Our next task would be watching his oxygen levels to see if he would need to go on ECMO (a heart and lung bypass machine). He did. His levels dropped twice through the night. We almost lost him. Elisha went on ECMO on September 19th. Now, if anytime was going to be scary, this was it. The machine and the sight of my son's little neck with needles in it made me cry. I remember Dr. Kays hugging me when I first saw Elisha and saying, "it's very overwhelming, isn't it." It definitely was! Elisha was on ECMO for twelve days. One trial run on September 29th, he didn't do well. He went back on after being off of it for two hours. The next and last trial run was on September 30th and Praise the Lord. He was off!! After this, we had many, many good and bad days. Elisha went from being on a ventilator to nose prongs and a big boy crib from a hospital bed. But no day was like that of October 11th. The day I finally got to hold my son, my baby. I cried and cried. I was so proud of him. I never left his side except when I had to. I think he knew it to. He next had his first bath, his first time to wear clothes, and then his first bottle. Elisha had had so many tubes down his throat as well as feeding tubes that I actually had to go through teaching him how to suck and eat from a bottle. After a few weeks, we both finally got the hang of it. It was scary for both of us. Elisha was moved from the NICU III to the NICU II on October 16th. We were finally discharged from the hospital on November 21st, 2006, just before Thanksgiving Day. This was also a very scary time for me. He went home on oxygen and was finally taken off of that on May 10th of 2007.

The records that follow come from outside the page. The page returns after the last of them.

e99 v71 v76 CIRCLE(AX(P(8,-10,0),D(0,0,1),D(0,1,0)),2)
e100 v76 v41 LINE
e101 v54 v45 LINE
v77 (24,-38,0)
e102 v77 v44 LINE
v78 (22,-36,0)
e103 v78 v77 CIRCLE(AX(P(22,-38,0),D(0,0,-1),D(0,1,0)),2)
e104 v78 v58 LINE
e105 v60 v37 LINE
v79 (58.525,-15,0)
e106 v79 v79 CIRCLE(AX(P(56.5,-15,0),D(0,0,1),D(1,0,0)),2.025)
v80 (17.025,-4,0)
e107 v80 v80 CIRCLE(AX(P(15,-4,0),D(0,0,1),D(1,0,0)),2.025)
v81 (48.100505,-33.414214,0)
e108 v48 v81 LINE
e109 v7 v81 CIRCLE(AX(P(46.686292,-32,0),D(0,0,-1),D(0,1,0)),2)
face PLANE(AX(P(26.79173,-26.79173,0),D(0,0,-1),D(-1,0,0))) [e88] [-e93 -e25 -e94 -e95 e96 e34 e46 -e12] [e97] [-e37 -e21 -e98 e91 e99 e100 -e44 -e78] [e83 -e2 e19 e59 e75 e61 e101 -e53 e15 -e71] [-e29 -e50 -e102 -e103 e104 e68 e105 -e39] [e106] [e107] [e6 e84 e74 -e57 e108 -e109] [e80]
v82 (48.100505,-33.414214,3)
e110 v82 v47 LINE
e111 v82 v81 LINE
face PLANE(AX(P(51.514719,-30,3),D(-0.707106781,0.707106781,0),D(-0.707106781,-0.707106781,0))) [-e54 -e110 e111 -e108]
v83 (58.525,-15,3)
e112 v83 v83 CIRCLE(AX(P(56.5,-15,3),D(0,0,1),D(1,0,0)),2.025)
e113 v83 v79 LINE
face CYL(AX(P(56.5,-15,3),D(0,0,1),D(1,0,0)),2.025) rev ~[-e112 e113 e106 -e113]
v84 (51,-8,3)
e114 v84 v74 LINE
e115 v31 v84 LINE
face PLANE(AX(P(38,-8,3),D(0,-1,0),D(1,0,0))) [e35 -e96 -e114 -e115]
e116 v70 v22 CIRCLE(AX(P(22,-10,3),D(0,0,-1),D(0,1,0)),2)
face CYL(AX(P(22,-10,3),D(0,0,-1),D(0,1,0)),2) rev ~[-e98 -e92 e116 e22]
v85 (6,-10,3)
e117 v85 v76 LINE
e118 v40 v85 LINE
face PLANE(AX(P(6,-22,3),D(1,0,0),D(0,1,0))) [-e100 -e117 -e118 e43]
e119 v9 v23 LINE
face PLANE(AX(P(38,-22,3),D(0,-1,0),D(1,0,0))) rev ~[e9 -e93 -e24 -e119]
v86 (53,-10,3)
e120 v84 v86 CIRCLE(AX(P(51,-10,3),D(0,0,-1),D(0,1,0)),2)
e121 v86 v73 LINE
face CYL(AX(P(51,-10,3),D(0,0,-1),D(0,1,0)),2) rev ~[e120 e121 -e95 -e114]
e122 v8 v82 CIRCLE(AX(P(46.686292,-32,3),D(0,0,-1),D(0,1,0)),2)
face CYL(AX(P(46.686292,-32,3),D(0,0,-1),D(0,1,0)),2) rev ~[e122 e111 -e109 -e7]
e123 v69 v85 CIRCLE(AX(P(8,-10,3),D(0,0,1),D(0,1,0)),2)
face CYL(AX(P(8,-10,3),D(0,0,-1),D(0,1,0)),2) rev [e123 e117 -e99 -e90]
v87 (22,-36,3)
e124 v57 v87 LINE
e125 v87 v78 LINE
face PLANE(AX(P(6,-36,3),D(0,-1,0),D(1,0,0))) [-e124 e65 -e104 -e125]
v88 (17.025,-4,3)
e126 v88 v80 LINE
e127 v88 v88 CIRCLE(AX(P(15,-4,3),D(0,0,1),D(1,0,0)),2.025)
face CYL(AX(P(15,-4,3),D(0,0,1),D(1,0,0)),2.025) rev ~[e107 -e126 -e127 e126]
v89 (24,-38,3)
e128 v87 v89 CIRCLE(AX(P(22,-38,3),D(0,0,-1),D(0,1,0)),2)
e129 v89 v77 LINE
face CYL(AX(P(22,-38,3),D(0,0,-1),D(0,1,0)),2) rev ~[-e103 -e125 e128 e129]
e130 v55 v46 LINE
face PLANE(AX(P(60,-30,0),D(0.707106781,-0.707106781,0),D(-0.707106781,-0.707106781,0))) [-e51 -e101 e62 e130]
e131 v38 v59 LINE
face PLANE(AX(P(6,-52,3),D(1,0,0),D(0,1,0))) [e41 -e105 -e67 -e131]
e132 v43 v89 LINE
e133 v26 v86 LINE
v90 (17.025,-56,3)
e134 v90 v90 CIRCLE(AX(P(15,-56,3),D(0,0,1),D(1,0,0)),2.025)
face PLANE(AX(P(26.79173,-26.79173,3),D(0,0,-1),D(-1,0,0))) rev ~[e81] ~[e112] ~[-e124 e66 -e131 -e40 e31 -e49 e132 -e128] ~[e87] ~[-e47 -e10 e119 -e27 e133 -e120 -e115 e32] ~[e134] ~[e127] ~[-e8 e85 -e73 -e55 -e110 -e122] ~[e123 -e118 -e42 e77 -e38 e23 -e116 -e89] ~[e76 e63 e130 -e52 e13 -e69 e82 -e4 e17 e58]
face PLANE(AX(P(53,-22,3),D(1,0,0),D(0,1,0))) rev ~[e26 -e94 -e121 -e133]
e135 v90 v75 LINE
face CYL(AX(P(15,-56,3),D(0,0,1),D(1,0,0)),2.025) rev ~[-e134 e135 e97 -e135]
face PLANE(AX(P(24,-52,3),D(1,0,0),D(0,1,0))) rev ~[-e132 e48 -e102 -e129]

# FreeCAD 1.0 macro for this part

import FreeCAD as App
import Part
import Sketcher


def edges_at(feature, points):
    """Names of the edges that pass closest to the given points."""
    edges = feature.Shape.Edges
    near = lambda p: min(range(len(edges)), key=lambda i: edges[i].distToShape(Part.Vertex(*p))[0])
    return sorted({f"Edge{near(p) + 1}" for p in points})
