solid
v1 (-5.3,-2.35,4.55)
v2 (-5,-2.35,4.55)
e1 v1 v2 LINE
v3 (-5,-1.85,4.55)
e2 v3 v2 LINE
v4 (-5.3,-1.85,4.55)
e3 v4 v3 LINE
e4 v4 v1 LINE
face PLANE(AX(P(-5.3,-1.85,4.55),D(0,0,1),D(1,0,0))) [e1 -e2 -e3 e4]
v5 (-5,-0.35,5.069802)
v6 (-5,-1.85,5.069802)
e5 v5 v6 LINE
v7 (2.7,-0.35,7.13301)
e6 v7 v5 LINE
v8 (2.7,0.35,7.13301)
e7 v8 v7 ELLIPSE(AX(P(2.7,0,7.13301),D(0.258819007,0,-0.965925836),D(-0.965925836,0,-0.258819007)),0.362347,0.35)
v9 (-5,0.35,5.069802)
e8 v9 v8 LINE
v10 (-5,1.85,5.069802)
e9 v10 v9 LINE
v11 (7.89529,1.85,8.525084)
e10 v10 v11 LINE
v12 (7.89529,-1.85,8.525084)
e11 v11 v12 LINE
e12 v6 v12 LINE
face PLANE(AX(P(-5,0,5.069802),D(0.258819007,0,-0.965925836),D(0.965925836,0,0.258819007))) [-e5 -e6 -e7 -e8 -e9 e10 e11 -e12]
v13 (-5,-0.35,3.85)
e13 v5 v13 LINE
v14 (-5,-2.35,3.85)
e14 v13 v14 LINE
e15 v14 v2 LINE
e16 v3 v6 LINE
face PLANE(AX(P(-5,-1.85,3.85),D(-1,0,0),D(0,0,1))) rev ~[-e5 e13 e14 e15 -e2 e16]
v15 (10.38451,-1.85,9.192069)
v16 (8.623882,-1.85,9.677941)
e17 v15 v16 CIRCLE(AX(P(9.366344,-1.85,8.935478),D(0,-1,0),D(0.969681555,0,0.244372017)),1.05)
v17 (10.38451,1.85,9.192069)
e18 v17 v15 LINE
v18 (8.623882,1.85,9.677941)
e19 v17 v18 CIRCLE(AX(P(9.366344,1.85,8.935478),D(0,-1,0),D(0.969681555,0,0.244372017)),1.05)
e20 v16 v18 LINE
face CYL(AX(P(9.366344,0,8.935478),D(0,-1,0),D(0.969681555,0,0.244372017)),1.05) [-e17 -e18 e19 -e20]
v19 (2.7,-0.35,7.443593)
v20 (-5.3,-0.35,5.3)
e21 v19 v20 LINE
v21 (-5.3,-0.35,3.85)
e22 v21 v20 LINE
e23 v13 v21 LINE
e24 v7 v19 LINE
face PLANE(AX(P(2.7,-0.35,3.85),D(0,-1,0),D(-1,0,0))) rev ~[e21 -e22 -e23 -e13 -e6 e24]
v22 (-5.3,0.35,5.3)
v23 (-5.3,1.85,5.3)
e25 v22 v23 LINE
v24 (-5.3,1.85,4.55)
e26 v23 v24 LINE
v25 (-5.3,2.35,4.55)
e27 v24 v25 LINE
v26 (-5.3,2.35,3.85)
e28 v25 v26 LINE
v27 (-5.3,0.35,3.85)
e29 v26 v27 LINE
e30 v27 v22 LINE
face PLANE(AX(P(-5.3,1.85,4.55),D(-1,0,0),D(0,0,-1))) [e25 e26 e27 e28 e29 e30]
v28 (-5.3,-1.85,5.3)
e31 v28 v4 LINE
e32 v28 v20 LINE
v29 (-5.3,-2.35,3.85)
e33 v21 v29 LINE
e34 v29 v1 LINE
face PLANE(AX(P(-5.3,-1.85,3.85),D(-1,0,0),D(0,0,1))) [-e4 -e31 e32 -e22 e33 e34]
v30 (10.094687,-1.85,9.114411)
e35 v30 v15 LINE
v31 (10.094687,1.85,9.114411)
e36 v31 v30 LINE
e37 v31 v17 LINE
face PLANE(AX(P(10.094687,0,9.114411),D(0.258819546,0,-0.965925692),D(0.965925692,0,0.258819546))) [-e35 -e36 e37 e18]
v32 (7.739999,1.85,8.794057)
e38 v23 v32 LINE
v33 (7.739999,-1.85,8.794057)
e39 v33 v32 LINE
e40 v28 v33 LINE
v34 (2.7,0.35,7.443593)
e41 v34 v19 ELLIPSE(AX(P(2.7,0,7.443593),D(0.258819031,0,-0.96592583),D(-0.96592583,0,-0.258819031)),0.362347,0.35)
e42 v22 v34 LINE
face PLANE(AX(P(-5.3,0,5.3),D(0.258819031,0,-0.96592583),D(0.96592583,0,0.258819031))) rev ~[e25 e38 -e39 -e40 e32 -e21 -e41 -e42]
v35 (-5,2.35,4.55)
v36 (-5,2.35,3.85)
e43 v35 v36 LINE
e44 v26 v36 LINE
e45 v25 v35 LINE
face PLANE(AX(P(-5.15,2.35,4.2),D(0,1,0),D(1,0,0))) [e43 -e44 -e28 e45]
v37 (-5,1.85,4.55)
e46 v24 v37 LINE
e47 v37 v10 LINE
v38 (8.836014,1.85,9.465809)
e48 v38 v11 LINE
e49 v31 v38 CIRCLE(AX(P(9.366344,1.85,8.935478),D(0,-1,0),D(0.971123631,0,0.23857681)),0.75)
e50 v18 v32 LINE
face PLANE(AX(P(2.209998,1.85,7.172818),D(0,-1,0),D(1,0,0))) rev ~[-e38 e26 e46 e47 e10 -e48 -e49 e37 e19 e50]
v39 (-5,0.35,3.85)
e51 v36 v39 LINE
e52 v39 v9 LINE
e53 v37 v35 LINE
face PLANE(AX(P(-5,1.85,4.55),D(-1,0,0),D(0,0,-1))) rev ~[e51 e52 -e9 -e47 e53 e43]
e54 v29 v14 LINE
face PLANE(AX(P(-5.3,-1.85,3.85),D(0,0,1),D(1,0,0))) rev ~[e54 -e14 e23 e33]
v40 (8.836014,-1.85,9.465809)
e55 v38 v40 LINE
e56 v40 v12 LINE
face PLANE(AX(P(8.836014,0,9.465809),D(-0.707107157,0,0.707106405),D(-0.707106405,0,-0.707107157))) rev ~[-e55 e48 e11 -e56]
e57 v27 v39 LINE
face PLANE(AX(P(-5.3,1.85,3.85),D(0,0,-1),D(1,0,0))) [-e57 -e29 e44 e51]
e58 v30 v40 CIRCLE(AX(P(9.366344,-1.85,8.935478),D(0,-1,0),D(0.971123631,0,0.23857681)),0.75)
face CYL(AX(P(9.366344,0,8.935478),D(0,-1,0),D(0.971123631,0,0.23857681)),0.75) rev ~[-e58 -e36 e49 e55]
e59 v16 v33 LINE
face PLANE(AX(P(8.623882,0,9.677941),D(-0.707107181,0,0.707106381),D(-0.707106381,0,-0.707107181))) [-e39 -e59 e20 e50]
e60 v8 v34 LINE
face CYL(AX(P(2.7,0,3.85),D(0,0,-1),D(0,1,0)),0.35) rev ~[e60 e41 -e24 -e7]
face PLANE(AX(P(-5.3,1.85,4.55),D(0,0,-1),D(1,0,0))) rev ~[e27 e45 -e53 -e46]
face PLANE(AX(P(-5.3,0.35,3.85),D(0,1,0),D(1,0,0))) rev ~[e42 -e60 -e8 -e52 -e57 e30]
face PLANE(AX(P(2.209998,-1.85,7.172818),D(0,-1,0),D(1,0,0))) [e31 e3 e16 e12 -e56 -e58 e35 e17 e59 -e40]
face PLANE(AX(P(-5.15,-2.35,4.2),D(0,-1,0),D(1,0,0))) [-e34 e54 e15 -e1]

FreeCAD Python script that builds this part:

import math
import FreeCAD as App
import Part
import Sketcher
from FreeCAD import Vector
Q = App.Units.Quantity


def add_polygon(sketch, points):
    """Adds a closed chain of lines whose ends are joined by coincident constraints."""
    first, n = sketch.GeometryCount, len(points)
    for a, b in zip(points, points[1:] + points[:1]):
        sketch.addGeometry(Part.LineSegment(App.Vector(*a, 0), App.Vector(*b, 0)), False)
    for i in range(n):
        sketch.addConstraint(Sketcher.Constraint("Coincident", first + i, 2, first + (i + 1) % n, 1))

doc = App.newDocument("Part")
params = doc.addObject("Spreadsheet::Sheet", "Params")
for row, (alias, value) in enumerate([
    ("sketch1_radius", "0.75 mm"),
    ("sketch1_radius2", "1.05 mm"),
    ("sketch1_width", "0.3 mm"),
    ("sketch1_length", "13.5 mm"),
    ("sketch1_height", "1.45 mm"),
    ("pad1_length", "3.7 mm"),
    ("sketch2_width", "8 mm"),
    ("sketch2_radius", "0.35 mm"),
    ("sketch3_width", "0.3 mm"),
    ("sketch3_height", "0.7 mm"),
    ("pad2_length", "0.5 mm"),
    ("sketch4_width", "0.3 mm"),
    ("sketch4_height", "0.7 mm"),
    ("pad3_length", "0.5 mm"),
], start=1):
    params.set(f"A{row}", alias)
    params.set(f"B{row}", "=" + value)
    params.setAlias(f"B{row}", alias)

body = doc.addObject("PartDesign::Body", "Body")

# Sketch on XZ plane
sketch1 = body.newObject("Sketcher::SketchObject", "Sketch")
sketch1.AttachmentSupport = (doc.getObject("XZ_Plane"), [""])
sketch1.MapMode = "FlatFace"
sketch1.addGeometry([
    Part.LineSegment(Vector(-5.3, 5.3, 0), Vector(-5.3, 3.85, 0)),  # 0
    Part.LineSegment(Vector(-5.3, 3.85, 0), Vector(-5, 3.85, 0)),  # 1
    Part.LineSegment(Vector(-5, 3.85, 0), Vector(-5, 5.07, 0)),  # 2
    Part.LineSegment(Vector(-5, 5.07, 0), Vector(7.9, 8.53, 0)),  # 3
    Part.LineSegment(Vector(7.9, 8.53, 0), Vector(8.84, 9.47, 0)),  # 4
    Part.ArcOfCircle(Part.Circle(Vector(9.37, 8.94, 0), Vector(0, 0, 1), 0.75), math.radians(14), math.radians(135)),  # 5
    Part.LineSegment(Vector(10.09, 9.11, 0), Vector(10.38, 9.19, 0)),  # 6
    Part.ArcOfCircle(Part.Circle(Vector(9.37, 8.94, 0), Vector(0, 0, 1), 1.05), math.radians(14), math.radians(135)),  # 7
    Part.LineSegment(Vector(8.62, 9.68, 0), Vector(7.74, 8.79, 0)),  # 8
    Part.LineSegment(Vector(7.74, 8.79, 0), Vector(-5.3, 5.3, 0)),  # 9
], False)
sketch1.addConstraint([
    Sketcher.Constraint("Coincident", 0, 2, 1, 1),
    Sketcher.Constraint("Coincident", 1, 2, 2, 1),
    Sketcher.Constraint("Coincident", 2, 2, 3, 1),
    Sketcher.Constraint("Coincident", 3, 2, 4, 1),
    Sketcher.Constraint("Tangent", 4, 2, 5, 2),
    Sketcher.Constraint("Coincident", 5, 1, 6, 1),
    Sketcher.Constraint("Coincident", 6, 2, 7, 1),
    Sketcher.Constraint("Tangent", 7, 2, 8, 1),
    Sketcher.Constraint("Coincident", 8, 2, 9, 1),
    Sketcher.Constraint("Coincident", 9, 2, 0, 1),
    Sketcher.Constraint("Vertical", 0),
    Sketcher.Constraint("Horizontal", 1),
    Sketcher.Constraint("Vertical", 2),
    Sketcher.Constraint("Coincident", 7, 3, 5, 3),
    Sketcher.Constraint("Parallel", 3, 6),
    Sketcher.Constraint("Parallel", 4, 8),
    Sketcher.Constraint("Parallel", 6, 9),
    Sketcher.Constraint("Angle", 3, Q("14.999998 deg")),
    Sketcher.Constraint("Radius", 5, 0.75),
    Sketcher.Constraint("Radius", 7, 1.05),
    Sketcher.Constraint("DistanceX", 1, 1, 1, 2, 0.3),
    Sketcher.Constraint("DistanceX", 1, 2, -1, 1, 5.0),
    Sketcher.Constraint("Distance", 9, 13.5),
    Sketcher.Constraint("DistanceY", 0, 2, 0, 1, 1.45),
    Sketcher.Constraint("DistanceY", -1, 1, 9, 2, 5.3),
    Sketcher.Constraint("Distance", 8, 1.25),
    Sketcher.Constraint("DistanceY", 2, 1, 2, 2, 1.219802),
    Sketcher.Constraint("DistanceY", -1, 1, 5, 3, 8.935478),
    Sketcher.Constraint("DistanceY", -1, 1, 5, 1, 9.114411),
])
sketch1.setExpression("Constraints[18]", "Params.sketch1_radius")
sketch1.setExpression("Constraints[19]", "Params.sketch1_radius2")
sketch1.setExpression("Constraints[20]", "Params.sketch1_width")
sketch1.setExpression("Constraints[22]", "Params.sketch1_length")
sketch1.setExpression("Constraints[23]", "Params.sketch1_height")
pad1 = body.newObject("PartDesign::Pad", "Pad")
pad1.Profile = sketch1
pad1.setExpression("Length", "Params.pad1_length")
pad1.Midplane = True

# Sketch on XY plane
sketch2 = body.newObject("Sketcher::SketchObject", "Sketch001")
sketch2.AttachmentSupport = (doc.getObject("XY_Plane"), [""])
sketch2.MapMode = "FlatFace"
sketch2.AttachmentOffset = App.Placement(Vector(0, 0, 3.85), App.Rotation())
sketch2.addGeometry([
    Part.ArcOfCircle(Part.Circle(Vector(-5.3, 0, 0), Vector(0, 0, 1), 0.35), math.radians(90), math.radians(270)),
    Part.LineSegment(Vector(-5.3, 0.35, 0), Vector(2.7, 0.35, 0)),
    Part.ArcOfCircle(Part.Circle(Vector(2.7, 0, 0), Vector(0, 0, 1), 0.35), math.radians(-90), math.radians(90)),
    Part.LineSegment(Vector(2.7, -0.35, 0), Vector(-5.3, -0.35, 0)),
], False)
sketch2.addConstraint([
    Sketcher.Constraint("Tangent", 0, 1, 1, 1),
    Sketcher.Constraint("Tangent", 1, 2, 2, 2),
    Sketcher.Constraint("Tangent", 2, 1, 3, 1),
    Sketcher.Constraint("Tangent", 3, 2, 0, 2),
    Sketcher.Constraint("Horizontal", 1),
    Sketcher.Constraint("Horizontal", 3),
    Sketcher.Constraint("PointOnObject", 0, 3, -1),
    Sketcher.Constraint("DistanceX", 1, 1, 1, 2, 8.0),
    Sketcher.Constraint("Radius", 0, 0.35),
    Sketcher.Constraint("DistanceX", 0, 3, -1, 1, 5.3),
])
sketch2.setExpression("Constraints[7]", "Params.sketch2_width")
sketch2.setExpression("Constraints[8]", "Params.sketch2_radius")
pocket1 = body.newObject("PartDesign::Pocket", "Pocket")
pocket1.Profile = sketch2
pocket1.Type = "ThroughAll"
pocket1.Reversed = True

# Sketch on XZ plane
sketch3 = body.newObject("Sketcher::SketchObject", "Sketch002")
sketch3.AttachmentSupport = (doc.getObject("XZ_Plane"), [""])
sketch3.MapMode = "FlatFace"
sketch3.AttachmentOffset = App.Placement(Vector(0, 0, 1.85), App.Rotation())
add_polygon(sketch3, [(-5.3, 4.55), (-5.3, 3.85), (-5, 3.85), (-5, 4.55)])  # lines 0-3
sketch3.addConstraint([
    Sketcher.Constraint("Vertical", 0),
    Sketcher.Constraint("Horizontal", 1),
    Sketcher.Constraint("Vertical", 2),
    Sketcher.Constraint("Horizontal", 3),
    Sketcher.Constraint("DistanceX", 1, 1, 1, 2, 0.3),
    Sketcher.Constraint("DistanceY", 0, 2, 0, 1, 0.7),
    Sketcher.Constraint("DistanceX", 1, 2, -1, 1, 5.0),
    Sketcher.Constraint("DistanceY", -1, 1, 0, 2, 3.85),
])
sketch3.setExpression("Constraints[8]", "Params.sketch3_width")
sketch3.setExpression("Constraints[9]", "Params.sketch3_height")
pad2 = body.newObject("PartDesign::Pad", "Pad001")
pad2.Profile = sketch3
pad2.setExpression("Length", "Params.pad2_length")

# Sketch on XZ plane
sketch4 = body.newObject("Sketcher::SketchObject", "Sketch003")
sketch4.AttachmentSupport = (doc.getObject("XZ_Plane"), [""])
sketch4.MapMode = "FlatFace"
sketch4.AttachmentOffset = App.Placement(Vector(0, 0, -1.85), App.Rotation())
add_polygon(sketch4, [(-5.3, 3.85), (-5.3, 4.55), (-5, 4.55), (-5, 3.85)])  # lines 0-3
sketch4.addConstraint([
    Sketcher.Constraint("Vertical", 0),
    Sketcher.Constraint("Horizontal", 1),
    Sketcher.Constraint("Vertical", 2),
    Sketcher.Constraint("Horizontal", 3),
    Sketcher.Constraint("DistanceX", 1, 1, 1, 2, 0.3),
    Sketcher.Constraint("DistanceY", 0, 1, 0, 2, 0.7),
    Sketcher.Constraint("DistanceX", 1, 2, -1, 1, 5.0),
    Sketcher.Constraint("DistanceY", -1, 1, 0, 2, 4.55),
])
sketch4.setExpression("Constraints[8]", "Params.sketch4_width")
sketch4.setExpression("Constraints[9]", "Params.sketch4_height")
pad3 = body.newObject("PartDesign::Pad", "Pad002")
pad3.Profile = sketch4
pad3.setExpression("Length", "Params.pad3_length")
pad3.Reversed = True

doc.recompute()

This was a long hard battle. I would do it a hundred times over for the life of my baby. Elisha is a fighter, and I'm proud to say that. I think this helped him through it all. Today, he will be 15 in September, and every doctor's visit has been great. I lived every day going to the hospital to be with my son and pray and help him fight for four months. I had great help with my church and family along the way and greatly appreciated them for it. I spent months away from my husband, which was extremely difficult, and many, many hugs and kisses go out to my mother, who was right there with me along the entire way. I would tell people today God is great! He saved my son. Elisha means God is salvation. I Corinthians 10:13 says, "There hath no temptation taken you but such as is common to man: but God is faithful, who will not suffer you to be tempted above that ye are able; but will with the temptation also make a way to escape, that ye may be able to bear it."
God is faithful. If you have faith in him that he can save, then you will see miracles happen. God gives you what you can handle and gives you the strength to bear it. He saved our son, Elisha. He directed us on the right path to take, and here we are today, enjoying every moment with our "miracle baby," our beautiful blue-eyed boy, Elisha James Bold.